# Just started shooting gigs again - check these



## Wretched (Jun 21, 2010)

Hey everyone,

Subsequent to buying a shedload of new camera gear, I was keen to get stuck into shooting live music again - something I hadn't done in years.

My first assignment was a trio of Australian pop/rock bands at the Oxford Art Factory in Darlinghurst (Sydney). They were 'Kids of 88', 'Howl' and 'Cassette Kids'. You can probably tell from the names that they're all 'scene kid' kinda music; but the musicians were all pretty lively and put on good performances.
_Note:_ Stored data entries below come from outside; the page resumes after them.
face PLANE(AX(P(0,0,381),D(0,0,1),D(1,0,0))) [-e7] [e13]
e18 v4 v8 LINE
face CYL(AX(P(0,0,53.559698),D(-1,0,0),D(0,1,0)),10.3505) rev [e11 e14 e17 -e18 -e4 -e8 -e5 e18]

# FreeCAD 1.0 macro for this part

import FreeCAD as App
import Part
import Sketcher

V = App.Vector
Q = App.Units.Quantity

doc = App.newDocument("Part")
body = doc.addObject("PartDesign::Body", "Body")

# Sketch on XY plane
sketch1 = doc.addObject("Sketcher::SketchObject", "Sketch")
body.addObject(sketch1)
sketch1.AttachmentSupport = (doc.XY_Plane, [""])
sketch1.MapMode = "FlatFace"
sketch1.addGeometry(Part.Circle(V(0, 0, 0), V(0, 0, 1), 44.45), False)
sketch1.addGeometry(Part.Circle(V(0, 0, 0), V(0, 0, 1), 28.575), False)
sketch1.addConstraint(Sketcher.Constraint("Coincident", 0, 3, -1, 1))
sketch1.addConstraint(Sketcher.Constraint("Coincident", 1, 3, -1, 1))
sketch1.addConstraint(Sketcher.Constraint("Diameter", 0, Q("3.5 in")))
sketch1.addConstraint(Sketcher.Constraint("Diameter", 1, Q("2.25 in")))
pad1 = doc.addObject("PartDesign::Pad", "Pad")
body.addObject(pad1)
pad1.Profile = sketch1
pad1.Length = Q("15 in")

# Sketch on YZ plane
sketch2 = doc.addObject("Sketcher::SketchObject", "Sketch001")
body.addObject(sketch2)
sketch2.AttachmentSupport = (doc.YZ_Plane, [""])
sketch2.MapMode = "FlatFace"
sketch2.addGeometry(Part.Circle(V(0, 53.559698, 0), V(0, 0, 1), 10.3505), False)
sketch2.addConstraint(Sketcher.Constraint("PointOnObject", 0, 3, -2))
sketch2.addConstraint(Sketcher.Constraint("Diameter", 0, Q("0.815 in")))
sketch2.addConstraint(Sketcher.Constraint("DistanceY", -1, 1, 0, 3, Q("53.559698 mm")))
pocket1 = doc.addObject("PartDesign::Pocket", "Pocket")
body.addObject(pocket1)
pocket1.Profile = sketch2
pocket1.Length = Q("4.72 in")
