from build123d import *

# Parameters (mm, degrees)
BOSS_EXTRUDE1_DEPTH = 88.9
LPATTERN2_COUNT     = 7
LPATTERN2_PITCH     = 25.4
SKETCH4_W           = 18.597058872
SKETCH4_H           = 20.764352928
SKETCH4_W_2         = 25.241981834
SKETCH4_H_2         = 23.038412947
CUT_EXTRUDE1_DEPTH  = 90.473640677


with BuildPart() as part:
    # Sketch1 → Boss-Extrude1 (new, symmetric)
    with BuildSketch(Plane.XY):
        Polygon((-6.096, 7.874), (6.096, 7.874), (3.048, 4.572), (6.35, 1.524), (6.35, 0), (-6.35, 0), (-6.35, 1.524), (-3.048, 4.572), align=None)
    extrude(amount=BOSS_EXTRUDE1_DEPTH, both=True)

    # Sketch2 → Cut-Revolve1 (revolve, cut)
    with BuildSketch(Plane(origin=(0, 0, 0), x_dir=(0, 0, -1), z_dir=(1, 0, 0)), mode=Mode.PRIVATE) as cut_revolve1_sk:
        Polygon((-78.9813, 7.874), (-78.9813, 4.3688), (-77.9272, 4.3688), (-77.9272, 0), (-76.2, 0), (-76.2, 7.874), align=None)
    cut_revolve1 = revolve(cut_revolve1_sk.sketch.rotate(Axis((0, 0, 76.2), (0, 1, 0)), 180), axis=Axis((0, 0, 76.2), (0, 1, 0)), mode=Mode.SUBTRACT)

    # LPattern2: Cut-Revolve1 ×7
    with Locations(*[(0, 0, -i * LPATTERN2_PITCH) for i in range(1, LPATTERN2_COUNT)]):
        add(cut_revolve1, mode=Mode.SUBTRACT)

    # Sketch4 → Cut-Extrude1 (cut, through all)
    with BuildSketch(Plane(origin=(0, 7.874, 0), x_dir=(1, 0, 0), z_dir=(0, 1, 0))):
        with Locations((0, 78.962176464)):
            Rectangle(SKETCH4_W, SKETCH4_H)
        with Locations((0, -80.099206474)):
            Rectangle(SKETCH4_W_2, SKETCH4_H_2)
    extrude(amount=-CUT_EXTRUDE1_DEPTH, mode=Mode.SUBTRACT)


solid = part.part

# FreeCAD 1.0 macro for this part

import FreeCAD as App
import Part
import Sketcher
from FreeCAD import Vector
Q = App.Units.Quantity

doc = App.newDocument("Part")
body = doc.addObject("PartDesign::Body", "Body")

# Sketch on XY plane
sketch1 = doc.addObject("Sketcher::SketchObject", "Sketch")
body.addObject(sketch1)
sketch1.AttachmentSupport = (doc.XY_Plane, [""])
sketch1.MapMode = "FlatFace"
sketch1.addGeometry(Part.LineSegment(Vector(6.1, 7.9, 0), Vector(-6.1, 7.9, 0)), False)
sketch1.addGeometry(Part.LineSegment(Vector(-6.1, 7.9, 0), Vector(-3, 4.6, 0)), False)
sketch1.addGeometry(Part.LineSegment(Vector(-3, 4.6, 0), Vector(-6.3, 1.5, 0)), False)
sketch1.addGeometry(Part.LineSegment(Vector(-6.3, 1.5, 0), Vector(-6.3, 0, 0)), False)
sketch1.addGeometry(Part.LineSegment(Vector(-6.3, 0, 0), Vector(6.3, 0, 0)), False)
sketch1.addGeometry(Part.LineSegment(Vector(6.3, 0, 0), Vector(6.3, 1.5, 0)), False)
sketch1.addGeometry(Part.LineSegment(Vector(6.3, 1.5, 0), Vector(3, 4.6, 0)), False)
sketch1.addGeometry(Part.LineSegment(Vector(3, 4.6, 0), Vector(6.1, 7.9, 0)), False)
sketch1.addConstraint(Sketcher.Constraint("Coincident", 0, 2, 1, 1))
sketch1.addConstraint(Sketcher.Constraint("Coincident", 1, 2, 2, 1))
sketch1.addConstraint(Sketcher.Constraint("Coincident", 2, 2, 3, 1))
sketch1.addConstraint(Sketcher.Constraint("Coincident", 3, 2, 4, 1))
sketch1.addConstraint(Sketcher.Constraint("Coincident", 4, 2, 5, 1))
sketch1.addConstraint(Sketcher.Constraint("Coincident", 5, 2, 6, 1))
sketch1.addConstraint(Sketcher.Constraint("Coincident", 6, 2, 7, 1))
sketch1.addConstraint(Sketcher.Constraint("Coincident", 7, 2, 0, 1))
sketch1.addConstraint(Sketcher.Constraint("Horizontal", 0))
sketch1.addConstraint(Sketcher.Constraint("Vertical", 3))
sketch1.addConstraint(Sketcher.Constraint("Horizontal", 4))
sketch1.addConstraint(Sketcher.Constraint("Vertical", 5))
sketch1.addConstraint(Sketcher.Constraint("Symmetric", 3, 2, 4, 2, -1, 1))
sketch1.addConstraint(Sketcher.Constraint("Symmetric", 1, 2, 6, 2, -2))
sketch1.addConstraint(Sketcher.Constraint("Perpendicular", 1, 2))
sketch1.addConstraint(Sketcher.Constraint("Perpendicular", 6, 7))
sketch1.addConstraint(Sketcher.Constraint("Horizontal", 2, 2, 5, 2))
sketch1.addConstraint(Sketcher.Constraint("Equal", 1, 2))
sketch1.addConstraint(Sketcher.Constraint("DistanceX", 4, 1, 4, 2, Q("0.5 in")))
sketch1.addConstraint(Sketcher.Constraint("DistanceX", 0, 2, 0, 1, Q("0.48 in")))
sketch1.addConstraint(Sketcher.Constraint("DistanceY", 3, 2, 3, 1, Q("0.06 in")))
sketch1.addConstraint(Sketcher.Constraint("DistanceY", -1, 1, 0, 2, Q("0.31 in")))
pad1 = doc.addObject("PartDesign::Pad", "Pad")
body.addObject(pad1)
pad1.Profile = sketch1
pad1.Length = Q("7 in")
pad1.Midplane = True

# Sketch on YZ plane
sketch2 = doc.addObject("Sketcher::SketchObject", "Sketch001")
body.addObject(sketch2)
sketch2.AttachmentSupport = (doc.YZ_Plane, [""])
sketch2.MapMode = "FlatFace"
sketch2.addGeometry(Part.LineSegment(Vector(7.9, 79, 0), Vector(4.4, 79, 0)), False)
sketch2.addGeometry(Part.LineSegment(Vector(4.4, 79, 0), Vector(4.4, 77.9, 0)), False)
sketch2.addGeometry(Part.LineSegment(Vector(4.4, 77.9, 0), Vector(0, 77.9, 0)), False)
sketch2.addGeometry(Part.LineSegment(Vector(0, 77.9, 0), Vector(0, 76.2, 0)), False)
sketch2.addGeometry(Part.LineSegment(Vector(0, 76.2, 0), Vector(7.9, 76.2, 0)), False)
sketch2.addGeometry(Part.LineSegment(Vector(7.9, 76.2, 0), Vector(7.9, 79, 0)), False)
sketch2.addGeometry(Part.LineSegment(Vector(0, 76.2, 0), Vector(7.9, 76.2, 0)), True)  # axis
sketch2.addConstraint(Sketcher.Constraint("Coincident", 0, 2, 1, 1))
sketch2.addConstraint(Sketcher.Constraint("Coincident", 1, 2, 2, 1))
sketch2.addConstraint(Sketcher.Constraint("Coincident", 2, 2, 3, 1))
sketch2.addConstraint(Sketcher.Constraint("Coincident", 3, 2, 4, 1))
sketch2.addConstraint(Sketcher.Constraint("Coincident", 4, 2, 5, 1))
sketch2.addConstraint(Sketcher.Constraint("Coincident", 5, 2, 0, 1))
sketch2.addConstraint(Sketcher.Constraint("Horizontal", 0))
sketch2.addConstraint(Sketcher.Constraint("Vertical", 1))
sketch2.addConstraint(Sketcher.Constraint("Horizontal", 2))
sketch2.addConstraint(Sketcher.Constraint("Vertical", 3))
sketch2.addConstraint(Sketcher.Constraint("Horizontal", 4))
sketch2.addConstraint(Sketcher.Constraint("Vertical", 5))
sketch2.addConstraint(Sketcher.Constraint("Horizontal", 6))
sketch2.addConstraint(Sketcher.Constraint("Coincident", 6, 1, 3, 2))
sketch2.addConstraint(Sketcher.Constraint("PointOnObject", 2, 2, -2))
sketch2.addConstraint(Sketcher.Constraint("Vertical", 5, 2, 6, 2))
sketch2.addConstraint(Sketcher.Constraint("DistanceY", -1, 1, 3, 2, Q("3 in")))
sketch2.addConstraint(Sketcher.Constraint("DistanceX", 4, 1, 4, 2, Q("0.31 in")))
sketch2.addConstraint(Sketcher.Constraint("DistanceX", 0, 2, 0, 1, Q("0.138 in")))
sketch2.addConstraint(Sketcher.Constraint("DistanceY", 3, 2, 3, 1, Q("0.068 in")))
sketch2.addConstraint(Sketcher.Constraint("DistanceY", 1, 2, 1, 1, Q("0.0415 in")))
groove = doc.addObject("PartDesign::Groove", "Groove")
body.addObject(groove)
groove.Profile = sketch2
groove.ReferenceAxis = (sketch2, ["Axis0"])
groove.Angle = 360
doc.recompute()

linearpattern = doc.addObject("PartDesign::LinearPattern", "LinearPattern")
body.addObject(linearpattern)
linearpattern.Originals = [groove]
linearpattern.Direction = (doc.Z_Axis, [""])
linearpattern.Mode = "offset"
linearpattern.Offset = Q("1 in")
linearpattern.Occurrences = 7
linearpattern.Reversed = True
body.Tip = linearpattern

# Sketch on XZ plane
sketch3 = doc.addObject("Sketcher::SketchObject", "Sketch002")
body.addObject(sketch3)
sketch3.AttachmentSupport = (doc.XZ_Plane, [""])
sketch3.MapMode = "FlatFace"
sketch3.AttachmentOffset = App.Placement(Vector(0, 0, -0.31 * 25.4), App.Rotation())
sketch3.addGeometry(Part.LineSegment(Vector(-9, -89, 0), Vector(-9, -69, 0)), False)
sketch3.addGeometry(Part.LineSegment(Vector(-9, -69, 0), Vector(9, -69, 0)), False)
sketch3.addGeometry(Part.LineSegment(Vector(9, -69, 0), Vector(9, -89, 0)), False)
sketch3.addGeometry(Part.LineSegment(Vector(9, -89, 0), Vector(-9, -89, 0)), False)
sketch3.addGeometry(Part.LineSegment(Vector(-13, 69, 0), Vector(-13, 92, 0)), False)
sketch3.addGeometry(Part.LineSegment(Vector(-13, 92, 0), Vector(13, 92, 0)), False)
sketch3.addGeometry(Part.LineSegment(Vector(13, 92, 0), Vector(13, 69, 0)), False)
sketch3.addGeometry(Part.LineSegment(Vector(13, 69, 0), Vector(-13, 69, 0)), False)
sketch3.addConstraint(Sketcher.Constraint("Coincident", 0, 2, 1, 1))
sketch3.addConstraint(Sketcher.Constraint("Coincident", 1, 2, 2, 1))
sketch3.addConstraint(Sketcher.Constraint("Coincident", 2, 2, 3, 1))
sketch3.addConstraint(Sketcher.Constraint("Coincident", 3, 2, 0, 1))
sketch3.addConstraint(Sketcher.Constraint("Coincident", 4, 2, 5, 1))
sketch3.addConstraint(Sketcher.Constraint("Coincident", 5, 2, 6, 1))
sketch3.addConstraint(Sketcher.Constraint("Coincident", 6, 2, 7, 1))
sketch3.addConstraint(Sketcher.Constraint("Coincident", 7, 2, 4, 1))
sketch3.addConstraint(Sketcher.Constraint("Vertical", 0))
sketch3.addConstraint(Sketcher.Constraint("Horizontal", 1))
sketch3.addConstraint(Sketcher.Constraint("Vertical", 2))
sketch3.addConstraint(Sketcher.Constraint("Horizontal", 3))
sketch3.addConstraint(Sketcher.Constraint("Vertical", 4))
sketch3.addConstraint(Sketcher.Constraint("Horizontal", 5))
sketch3.addConstraint(Sketcher.Constraint("Vertical", 6))
sketch3.addConstraint(Sketcher.Constraint("Horizontal", 7))
sketch3.addConstraint(Sketcher.Constraint("DistanceY", 0, 2, -1, 1, Q("2.7 in")))
sketch3.addConstraint(Sketcher.Constraint("DistanceY", -1, 1, 6, 2, Q("2.7 in")))
sketch3.addConstraint(Sketcher.Constraint("DistanceX", 1, 1, 1, 2, 18.597059))
sketch3.addConstraint(Sketcher.Constraint("DistanceX", 5, 1, 5, 2, 25.241982))
sketch3.addConstraint(Sketcher.Constraint("DistanceY", 0, 1, 0, 2, 20.764353))
sketch3.addConstraint(Sketcher.Constraint("DistanceY", 4, 1, 4, 2, 23.038413))
sketch3.addConstraint(Sketcher.Constraint("DistanceX", 0, 2, -1, 1, 9.298529))
sketch3.addConstraint(Sketcher.Constraint("DistanceX", 4, 2, -1, 1, 12.620991))
pocket1 = doc.addObject("PartDesign::Pocket", "Pocket")
body.addObject(pocket1)
pocket1.Profile = sketch3
pocket1.Type = "ThroughAll"
pocket1.Reversed = True

doc.recompute()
Here's a link to about 40 images: Cassette Kids - 18_06_2010 - a set on Flickr


----------



## M3CHK1LLA (Jun 21, 2010)

cool pics! i can tell by the quality that you didnt you a camera phone 

what did you use? i know its hard to get good pics in those lighting condidtions.


----------



## Stealthdjentstic (Jun 21, 2010)

Nice pictures


----------



## Wretched (Jun 21, 2010)

Shot with a Canon 7D and 50mm f1.4 lens.


----------



## vampiregenocide (Jun 21, 2010)

Really nice shots man! Especially the first and last ones. Good to see more music photographers on this forum


----------



## matty2fatty (Jun 21, 2010)

I'm assuming Howl isn't the totally awesome doom band that just put out From Hell?

Great shots though


----------



## Wretched (Jun 22, 2010)

Just covered the Train gig at the Enmore Theatre last night. Check the pics by CLICKING HERE.


----------



## Bevo (Jun 25, 2010)

With the 1.4 did you need a flash, probably not eh!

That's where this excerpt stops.